I made a mistake yesterday, as people with a taste for smart-mouthery on the Internet often do, by responding too quickly to something. On Wednesday, the leftist social critic Marshall Berman died. On Thursday, the website Tablet published an appreciation of him and his life by Todd Gitlin. Gitlin is a good writer and Berman was his friend and it was a sweet piece. It was the headline that struck me. “Marxist Humanist Mensch,” the piece was called. My tweet read: “Imagine a tribute to a Nazi humanist mensch.”

The purpose of that tweet, if one must locate a purpose in a one-liner, was simple. Why, after the real-world manifestations of Marxism in the 20th century had led to (by some estimates) 60 million deaths, would it still be considered a positive thing to be described as a “Marxist”? No one on earth wishes to be described as a Nazi, because of the murderousness of that real-world political philosophy; why would this not be the same with Marxism?

This was a foolish thing to have done, because Berman had just died and my Tweet could easily be read as an effort to speak ill of the dead.

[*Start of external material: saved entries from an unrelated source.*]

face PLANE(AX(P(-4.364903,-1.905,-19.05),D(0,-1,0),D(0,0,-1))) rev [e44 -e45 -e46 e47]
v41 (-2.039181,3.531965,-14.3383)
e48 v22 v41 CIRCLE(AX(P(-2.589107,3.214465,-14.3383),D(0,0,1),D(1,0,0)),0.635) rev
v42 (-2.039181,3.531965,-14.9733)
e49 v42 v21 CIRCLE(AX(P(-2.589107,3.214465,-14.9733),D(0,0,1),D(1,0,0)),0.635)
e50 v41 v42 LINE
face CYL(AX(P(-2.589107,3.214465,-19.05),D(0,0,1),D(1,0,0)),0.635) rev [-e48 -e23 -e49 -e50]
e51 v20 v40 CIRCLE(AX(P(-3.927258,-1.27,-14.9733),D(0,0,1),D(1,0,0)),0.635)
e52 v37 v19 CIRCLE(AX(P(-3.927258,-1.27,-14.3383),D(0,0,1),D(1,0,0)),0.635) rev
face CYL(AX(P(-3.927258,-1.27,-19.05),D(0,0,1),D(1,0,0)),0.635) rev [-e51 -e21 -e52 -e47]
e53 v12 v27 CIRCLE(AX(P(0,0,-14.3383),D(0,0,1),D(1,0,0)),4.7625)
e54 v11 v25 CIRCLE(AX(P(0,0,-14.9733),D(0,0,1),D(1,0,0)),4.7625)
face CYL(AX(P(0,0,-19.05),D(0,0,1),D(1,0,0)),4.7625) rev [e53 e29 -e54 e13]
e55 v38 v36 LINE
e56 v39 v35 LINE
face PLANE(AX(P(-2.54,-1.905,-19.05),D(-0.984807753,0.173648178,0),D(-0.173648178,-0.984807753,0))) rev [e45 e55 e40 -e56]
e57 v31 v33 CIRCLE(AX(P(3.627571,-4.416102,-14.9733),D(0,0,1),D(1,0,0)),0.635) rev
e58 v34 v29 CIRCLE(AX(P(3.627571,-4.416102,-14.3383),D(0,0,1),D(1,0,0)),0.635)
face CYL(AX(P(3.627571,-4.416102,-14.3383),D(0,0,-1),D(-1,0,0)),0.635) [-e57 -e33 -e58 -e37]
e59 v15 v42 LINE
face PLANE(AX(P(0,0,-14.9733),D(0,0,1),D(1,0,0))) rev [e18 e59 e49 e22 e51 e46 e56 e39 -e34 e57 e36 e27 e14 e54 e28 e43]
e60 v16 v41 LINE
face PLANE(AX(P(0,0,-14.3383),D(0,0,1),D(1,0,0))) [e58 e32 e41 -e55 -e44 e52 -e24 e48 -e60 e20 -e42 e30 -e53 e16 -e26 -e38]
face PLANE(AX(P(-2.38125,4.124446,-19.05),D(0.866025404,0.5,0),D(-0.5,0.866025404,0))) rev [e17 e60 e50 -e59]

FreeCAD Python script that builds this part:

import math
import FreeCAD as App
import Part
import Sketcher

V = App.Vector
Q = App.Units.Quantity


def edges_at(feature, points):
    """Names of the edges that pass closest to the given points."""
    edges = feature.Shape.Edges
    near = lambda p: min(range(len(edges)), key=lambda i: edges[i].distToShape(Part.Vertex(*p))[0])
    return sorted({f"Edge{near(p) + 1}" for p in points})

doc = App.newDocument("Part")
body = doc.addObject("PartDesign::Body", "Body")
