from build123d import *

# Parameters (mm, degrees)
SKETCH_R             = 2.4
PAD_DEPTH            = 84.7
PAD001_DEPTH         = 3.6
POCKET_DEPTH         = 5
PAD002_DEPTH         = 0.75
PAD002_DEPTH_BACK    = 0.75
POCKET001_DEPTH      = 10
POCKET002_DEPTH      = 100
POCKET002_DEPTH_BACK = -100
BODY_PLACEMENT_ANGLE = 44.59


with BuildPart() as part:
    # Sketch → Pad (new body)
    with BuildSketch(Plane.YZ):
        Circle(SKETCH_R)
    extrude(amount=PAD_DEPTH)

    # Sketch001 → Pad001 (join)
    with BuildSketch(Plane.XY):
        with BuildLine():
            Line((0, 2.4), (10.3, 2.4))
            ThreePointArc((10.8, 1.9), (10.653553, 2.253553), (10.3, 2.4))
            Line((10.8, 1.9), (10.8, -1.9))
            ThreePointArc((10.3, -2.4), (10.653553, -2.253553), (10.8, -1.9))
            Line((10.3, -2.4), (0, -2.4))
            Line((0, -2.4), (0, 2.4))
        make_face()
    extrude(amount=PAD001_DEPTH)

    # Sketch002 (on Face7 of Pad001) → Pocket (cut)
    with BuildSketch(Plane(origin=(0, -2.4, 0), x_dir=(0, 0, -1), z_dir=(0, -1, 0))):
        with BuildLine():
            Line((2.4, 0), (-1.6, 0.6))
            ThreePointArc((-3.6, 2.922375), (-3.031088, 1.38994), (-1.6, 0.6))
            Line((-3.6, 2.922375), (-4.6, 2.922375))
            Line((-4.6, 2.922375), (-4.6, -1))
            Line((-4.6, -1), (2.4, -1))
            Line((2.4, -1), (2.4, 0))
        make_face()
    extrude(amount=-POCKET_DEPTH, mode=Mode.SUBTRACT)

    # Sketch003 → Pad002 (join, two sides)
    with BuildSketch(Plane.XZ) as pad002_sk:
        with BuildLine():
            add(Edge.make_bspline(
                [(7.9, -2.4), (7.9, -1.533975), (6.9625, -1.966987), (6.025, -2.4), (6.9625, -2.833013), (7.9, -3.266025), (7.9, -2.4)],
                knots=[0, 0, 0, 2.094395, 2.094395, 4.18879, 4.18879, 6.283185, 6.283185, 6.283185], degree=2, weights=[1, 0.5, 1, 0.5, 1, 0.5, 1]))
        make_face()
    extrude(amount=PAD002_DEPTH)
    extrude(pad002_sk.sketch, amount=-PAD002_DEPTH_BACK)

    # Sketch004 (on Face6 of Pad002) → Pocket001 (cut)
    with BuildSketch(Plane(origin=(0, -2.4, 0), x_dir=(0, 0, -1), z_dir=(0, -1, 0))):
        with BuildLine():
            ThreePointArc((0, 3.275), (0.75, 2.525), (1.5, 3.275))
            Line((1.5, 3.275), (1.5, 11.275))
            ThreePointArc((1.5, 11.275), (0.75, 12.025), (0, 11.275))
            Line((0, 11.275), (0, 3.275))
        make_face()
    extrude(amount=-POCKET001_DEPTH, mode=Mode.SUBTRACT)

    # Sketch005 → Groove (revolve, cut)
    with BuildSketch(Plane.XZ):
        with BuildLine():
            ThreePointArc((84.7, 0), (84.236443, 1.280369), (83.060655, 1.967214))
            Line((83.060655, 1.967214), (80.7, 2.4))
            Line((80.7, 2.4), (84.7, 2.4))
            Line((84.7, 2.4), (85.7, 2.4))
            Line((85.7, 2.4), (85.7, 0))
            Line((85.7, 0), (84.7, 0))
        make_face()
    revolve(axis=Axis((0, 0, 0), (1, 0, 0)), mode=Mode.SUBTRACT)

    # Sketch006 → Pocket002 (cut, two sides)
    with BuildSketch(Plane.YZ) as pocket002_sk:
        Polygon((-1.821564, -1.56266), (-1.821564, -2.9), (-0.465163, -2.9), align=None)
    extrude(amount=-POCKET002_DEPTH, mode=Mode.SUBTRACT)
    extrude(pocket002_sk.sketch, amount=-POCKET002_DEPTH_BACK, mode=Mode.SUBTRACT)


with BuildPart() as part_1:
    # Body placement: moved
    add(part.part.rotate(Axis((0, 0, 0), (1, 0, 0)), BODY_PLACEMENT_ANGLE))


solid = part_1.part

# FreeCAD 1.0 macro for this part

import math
import FreeCAD as App
import Part
import Sketcher

V = App.Vector

doc = App.newDocument("Part")
body = doc.addObject("PartDesign::Body", "Body")

sketch1 = body.newObject("Sketcher::SketchObject", "Sketch")
sketch1.AttachmentSupport = (doc.getObject("YZ_Plane"), [""])
sketch1.MapMode = "FlatFace"
sketch1.addGeometry(Part.Circle(V(0, 0, 0), V(0, 0, 1), 2.4), False)
sketch1.addConstraint(Sketcher.Constraint("Coincident", 0, 3, -1, 1))
sketch1.addConstraint(Sketcher.Constraint("Diameter", 0, 4.8))
pad1 = body.newObject("PartDesign::Pad", "Pad")
pad1.Profile = sketch1
pad1.Length = 84.7

sketch2 = body.newObject("Sketcher::SketchObject", "Sketch001")
sketch2.AttachmentSupport = (doc.getObject("XY_Plane"), [""])
sketch2.MapMode = "FlatFace"
sketch2.addGeometry(Part.LineSegment(V(10.3, 2.4, 0), V(0, 2.4, 0)), False)
sketch2.addGeometry(Part.LineSegment(V(0, 2.4, 0), V(0, -2.4, 0)), False)
sketch2.addGeometry(Part.LineSegment(V(0, -2.4, 0), V(10.3, -2.4, 0)), False)
sketch2.addGeometry(Part.ArcOfCircle(Part.Circle(V(10.3, -1.9, 0), V(0, 0, 1), 0.5), math.radians(-90), math.radians(0)), False)
sketch2.addGeometry(Part.LineSegment(V(10.8, -1.9, 0), V(10.8, 1.9, 0)), False)
sketch2.addGeometry(Part.ArcOfCircle(Part.Circle(V(10.3, 1.9, 0), V(0, 0, 1), 0.5), math.radians(0), math.radians(90)), False)
sketch2.addConstraint(Sketcher.Constraint("Coincident", 0, 2, 1, 1))
sketch2.addConstraint(Sketcher.Constraint("Coincident", 1, 2, 2, 1))
sketch2.addConstraint(Sketcher.Constraint("Coincident", 2, 2, 3, 1))
sketch2.addConstraint(Sketcher.Constraint("Coincident", 3, 2, 4, 1))
sketch2.addConstraint(Sketcher.Constraint("Coincident", 4, 2, 5, 1))
sketch2.addConstraint(Sketcher.Constraint("Coincident", 5, 2, 0, 1))
sketch2.addConstraint(Sketcher.Constraint("Horizontal", 0))
sketch2.addConstraint(Sketcher.Constraint("Vertical", 1))
sketch2.addConstraint(Sketcher.Constraint("Horizontal", 2))
sketch2.addConstraint(Sketcher.Constraint("Vertical", 4))
sketch2.addConstraint(Sketcher.Constraint("Equal", 3, 5))
sketch2.addConstraint(Sketcher.Constraint("Symmetric", 0, 2, 1, 2, -1, 1))
sketch2.addConstraint(Sketcher.Constraint("Horizontal", 5, 3, 4, 2))
sketch2.addConstraint(Sketcher.Constraint("Vertical", 5, 3, 2, 2))
sketch2.addConstraint(Sketcher.Constraint("Vertical", 2, 2, 5, 2))
sketch2.addConstraint(Sketcher.Constraint("Radius", 3, 0.500001))
sketch2.addConstraint(Sketcher.Constraint("DistanceX", 0, 2, 0, 1, 10.3))
sketch2.addConstraint(Sketcher.Constraint("DistanceY", 1, 2, 1, 1, 4.8))
sketch2.addConstraint(Sketcher.Constraint("DistanceY", 4, 1, 4, 2, 3.8))
pad2 = body.newObject("PartDesign::Pad", "Pad001")
pad2.Profile = sketch2
pad2.Length = 3.6

sketch3 = body.newObject("Sketcher::SketchObject", "Sketch002")
sketch3.AttachmentSupport = (doc.getObject("XZ_Plane"), [""])
sketch3.MapMode = "FlatFace"
sketch3.AttachmentOffset = App.Placement(V(0, 0, 2.4), App.Rotation())
sketch3.addGeometry(Part.LineSegment(V(0, -2.4, 0), V(0.6, 1.6, 0)), False)
sketch3.addGeometry(Part.ArcOfCircle(Part.Circle(V(2.9, 1.3, 0), V(0, 0, 1), 2.3), math.radians(90), math.radians(171)), False)
sketch3.addGeometry(Part.LineSegment(V(2.9, 3.6, 0), V(2.9, 4.6, 0)), False)
sketch3.addGeometry(Part.LineSegment(V(2.9, 4.6, 0), V(-1, 4.6, 0)), False)
sketch3.addGeometry(Part.LineSegment(V(-1, 4.6, 0), V(-1, -2.4, 0)), False)
sketch3.addGeometry(Part.LineSegment(V(-1, -2.4, 0), V(0, -2.4, 0)), False)
sketch3.addConstraint(Sketcher.Constraint("Tangent", 0, 2, 1, 2))
sketch3.addConstraint(Sketcher.Constraint("Coincident", 1, 1, 2, 1))
sketch3.addConstraint(Sketcher.Constraint("Coincident", 2, 2, 3, 1))
sketch3.addConstraint(Sketcher.Constraint("Coincident", 3, 2, 4, 1))
sketch3.addConstraint(Sketcher.Constraint("Coincident", 4, 2, 5, 1))
sketch3.addConstraint(Sketcher.Constraint("Coincident", 5, 2, 0, 1))
sketch3.addConstraint(Sketcher.Constraint("Vertical", 2))
sketch3.addConstraint(Sketcher.Constraint("Horizontal", 3))
sketch3.addConstraint(Sketcher.Constraint("Vertical", 4))
sketch3.addConstraint(Sketcher.Constraint("Horizontal", 5))
sketch3.addConstraint(Sketcher.Constraint("PointOnObject", 5, 2, -2))
sketch3.addConstraint(Sketcher.Constraint("Equal", 5, 2))
sketch3.addConstraint(Sketcher.Constraint("DistanceX", 5, 1, 5, 2, 1.0))
sketch3.addConstraint(Sketcher.Constraint("DistanceY", 4, 2, 4, 1, 7.0))
sketch3.addConstraint(Sketcher.Constraint("DistanceY", 0, 2, 1, 1, 2.0))
sketch3.addConstraint(Sketcher.Constraint("DistanceX", -1, 1, 0, 2, 0.6))
sketch3.addConstraint(Sketcher.Constraint("DistanceY", -1, 1, 0, 2, 1.6))
sketch3.addConstraint(Sketcher.Constraint("DistanceX", 3, 2, 3, 1, 3.922375))
pocket1 = body.newObject("PartDesign::Pocket", "Pocket")
pocket1.Profile = sketch3
pocket1.Length = 5

sketch4 = body.newObject("Sketcher::SketchObject", "Sketch003")
sketch4.AttachmentSupport = (doc.getObject("XZ_Plane"), [""])
sketch4.MapMode = "FlatFace"
sketch4.addGeometry(Part.BSplineCurve([V(7.9, -2.4, 0), V(7.9, -1.533975, 0), V(6.9625, -1.966987, 0), V(6.025, -2.4, 0), V(6.9625, -2.833013, 0), V(7.9, -3.266025, 0), V(7.9, -2.4, 0)], [3, 2, 2, 3], [0, 2.094395, 4.18879, 6.283185], False, 2, [1, 0.5, 1, 0.5, 1, 0.5, 1], False), False)
sketch4.addConstraint(Sketcher.Constraint("Block", 0))
pad3 = body.newObject("PartDesign::Pad", "Pad002")
pad3.Profile = sketch4
pad3.Type = "TwoLengths"
pad3.Length = 0.75
pad3.Length2 = 0.75

sketch5 = body.newObject("Sketcher::SketchObject", "Sketch004")
sketch5.AttachmentSupport = (doc.getObject("XZ_Plane"), [""])
sketch5.MapMode = "FlatFace"
sketch5.AttachmentOffset = App.Placement(V(0, 0, 2.4), App.Rotation())
sketch5.addGeometry(Part.ArcOfCircle(Part.Circle(V(3.3, -0.8, 0), V(0, 0, 1), 0.8), math.radians(90), math.radians(270)), False)
sketch5.addGeometry(Part.LineSegment(V(3.3, -1.5, 0), V(11.3, -1.5, 0)), False)
sketch5.addGeometry(Part.ArcOfCircle(Part.Circle(V(11.3, -0.8, 0), V(0, 0, 1), 0.8), math.radians(-90), math.radians(90)), False)
sketch5.addGeometry(Part.LineSegment(V(11.3, 0, 0), V(3.3, 0, 0)), False)
sketch5.addConstraint(Sketcher.Constraint("Tangent", 0, 2, 1, 1))
sketch5.addConstraint(Sketcher.Constraint("Tangent", 1, 2, 2, 1))
sketch5.addConstraint(Sketcher.Constraint("Tangent", 2, 2, 3, 1))
sketch5.addConstraint(Sketcher.Constraint("Tangent", 3, 2, 0, 1))
sketch5.addConstraint(Sketcher.Constraint("Horizontal", 1))
sketch5.addConstraint(Sketcher.Constraint("Horizontal", 3))
sketch5.addConstraint(Sketcher.Constraint("PointOnObject", 2, 2, -1))
sketch5.addConstraint(Sketcher.Constraint("DistanceX", 1, 1, 1, 2, 8.0))
sketch5.addConstraint(Sketcher.Constraint("Radius", 0, 0.75))
sketch5.addConstraint(Sketcher.Constraint("DistanceX", -1, 1, 0, 3, 3.275))
pocket2 = body.newObject("PartDesign::Pocket", "Pocket001")
pocket2.Profile = sketch5
pocket2.Length = 10

sketch6 = body.newObject("Sketcher::SketchObject", "Sketch005")
sketch6.AttachmentSupport = (doc.getObject("XZ_Plane"), [""])
sketch6.MapMode = "FlatFace"
sketch6.addGeometry(Part.ArcOfCircle(Part.Circle(V(82.7, 0, 0), V(0, 0, 1), 2), math.radians(0), math.radians(80)), False)
sketch6.addGeometry(Part.LineSegment(V(84.7, 0, 0), V(85.7, 0, 0)), False)
sketch6.addGeometry(Part.LineSegment(V(85.7, 0, 0), V(85.7, 2.4, 0)), False)
sketch6.addGeometry(Part.LineSegment(V(85.7, 2.4, 0), V(80.7, 2.4, 0)), False)
sketch6.addGeometry(Part.LineSegment(V(80.7, 2.4, 0), V(83.1, 2, 0)), False)
sketch6.addConstraint(Sketcher.Constraint("Coincident", 0, 1, 1, 1))
sketch6.addConstraint(Sketcher.Constraint("Coincident", 1, 2, 2, 1))
sketch6.addConstraint(Sketcher.Constraint("Coincident", 2, 2, 3, 1))
sketch6.addConstraint(Sketcher.Constraint("Coincident", 3, 2, 4, 1))
sketch6.addConstraint(Sketcher.Constraint("Tangent", 4, 2, 0, 2))
sketch6.addConstraint(Sketcher.Constraint("Horizontal", 1))
sketch6.addConstraint(Sketcher.Constraint("Vertical", 2))
sketch6.addConstraint(Sketcher.Constraint("Horizontal", 3))
sketch6.addConstraint(Sketcher.Constraint("PointOnObject", 0, 3, -1))
sketch6.addConstraint(Sketcher.Constraint("PointOnObject", 0, 1, -1))
sketch6.addConstraint(Sketcher.Constraint("Radius", 0, 2.0))
sketch6.addConstraint(Sketcher.Constraint("DistanceX", 1, 1, 1, 2, 1.0))
sketch6.addConstraint(Sketcher.Constraint("DistanceX", 3, 2, 3, 1, 5.0))
sketch6.addConstraint(Sketcher.Constraint("DistanceY", 2, 1, 2, 2, 2.4))
sketch6.addConstraint(Sketcher.Constraint("DistanceX", -1, 1, 0, 3, 82.7))
groove = body.newObject("PartDesign::Groove", "Groove")
groove.Profile = sketch6
groove.ReferenceAxis = (sketch6, ["H_Axis"])
groove.Angle = 360

sketch7 = body.newObject("Sketcher::SketchObject", "Sketch006")
sketch7.AttachmentSupport = (doc.getObject("YZ_Plane"), [""])
sketch7.MapMode = "FlatFace"
sketch7.addGeometry(Part.LineSegment(V(-1.8, -1.6, 0), V(-1.8, -2.9, 0)), False)
sketch7.addGeometry(Part.LineSegment(V(-1.8, -2.9, 0), V(-0.5, -2.9, 0)), False)
sketch7.addGeometry(Part.LineSegment(V(-0.5, -2.9, 0), V(-1.8, -1.6, 0)), False)
sketch7.addConstraint(Sketcher.Constraint("Coincident", 0, 2, 1, 1))
sketch7.addConstraint(Sketcher.Constraint("Coincident", 1, 2, 2, 1))
sketch7.addConstraint(Sketcher.Constraint("Coincident", 2, 2, 0, 1))
sketch7.addConstraint(Sketcher.Constraint("Vertical", 0))
sketch7.addConstraint(Sketcher.Constraint("Horizontal", 1))
sketch7.addConstraint(Sketcher.Constraint("DistanceY", 0, 2, -1, 1, 2.9))
sketch7.addConstraint(Sketcher.Constraint("DistanceX", 1, 1, 1, 2, 1.356401))
sketch7.addConstraint(Sketcher.Constraint("DistanceY", 0, 2, 0, 1, 1.33734))
sketch7.addConstraint(Sketcher.Constraint("DistanceX", 0, 2, -1, 1, 1.821564))
pocket3 = body.newObject("PartDesign::Pocket", "Pocket002")
pocket3.Profile = sketch7
pocket3.Type = "ThroughAll"
pocket3.Midplane = True
body2 = doc.addObject("PartDesign::Body", "Body001")
doc.recompute()

body.Placement = App.Placement(V(0, 0, 0), App.Rotation(V(1, 0, 0), 44.59))
boolean = body2.newObject("PartDesign::Boolean", "Boolean")
boolean.Type = "Fuse"
boolean.addObjects([body])

doc.recompute()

It was not intended to be so, but after some minutes, I apologized for having put up the Tweet in the first place. I did not know Berman, but I certainly read him over the years, and did read his “Marxist humanist” tome, All That Is Solid Melts Into Air, which is (I will say to make up for the offense I gave) a very interesting book indeed, though not necessarily for the reasons Berman himself thought.

But as to the larger point, if a 140-character one-liner can be said to have a larger point? I was surprised to find myself criticized not so much for having done something rude and thoughtless but for likening Marxism to Nazism. This was, it would seem, beyond the intellectual pale.

Marx, one person said, wrote essays he loved. Somone likened the complexity of Marxism to Judaism, Christianity, and Islam in denouncing me for being so limited in my understanding of the great intellectual tradition. And so on.

The ultimate point of contention was expressed by Marc A. Tracy of the New Republic. “I think one can be a Marxist in a defensible way that one can’t be a Nazi.”

That is evidently true, given that Marxism remains a respectable school of thought in America’s universities. And that is in part due to the fact that from Marx sprang that intellectual tradition so beloved of my Twitter correspondent, while there is no comparable Nazi tradition.

But here’s a hard truth: there is no Nazi tradition, or larger Fascist intellectual school, because Nazism and Fascism were literally extirpated as the result of a world war. By contrast, Marxism-Leninism survived and thrived throughout the 20th century.

It is not that there could not have been a Nazi intellectual tradition; oh, there certainly could have been.

Martin Heidegger is considered by many the foremost philosopher of the 20th century. And he was a Nazi. As Andrew Roberts pointed out in COMMENTARY in a review of Yvonne Sherratt’s recent book Hitler’s Philosophers

With Heidegger…Hitler hoped that he might have a living German philosopher to take on all comers in the competitive global philosophy stakes.

Heidegger joined the Nazi Party in a blaze of publicity on May 1, 1933, which Sherratt somewhat tastelessly likens to the blaze of the 25,000 books written by Jews that were burned in Berlin nine days later. He immediately hailed the Third Reich as “the construction of a new intellectual and spiritual world for the German nation” and had the words to the “Horst Wessel Song” printed on the back of the program of events of his installation as rector of Freiburg University, where he gave the full Heil Hitler salute prior to his inaugural speech. Heidegger remained a member of the Nazi Party until 1945 and was never to express any public remorse or apology for his idealization of Hitler. When asked by a colleague how a man as coarse as Hitler could govern Germany, the philosopher replied, “culture is of no importance. Look at his marvelous hands!”

The book details the degree to which leading academics in Germany during the Nazi era became the regime’s apologists and handmaidens. Had Germany somehow prevailed in World War II, or had that war not been fought at all, Nazism would surely have become an intellectual tradition of its own.

My Tweet gave offense, and for that I’m sorry. But the mild controversy it provoked was instructive—and, I think, discouraging.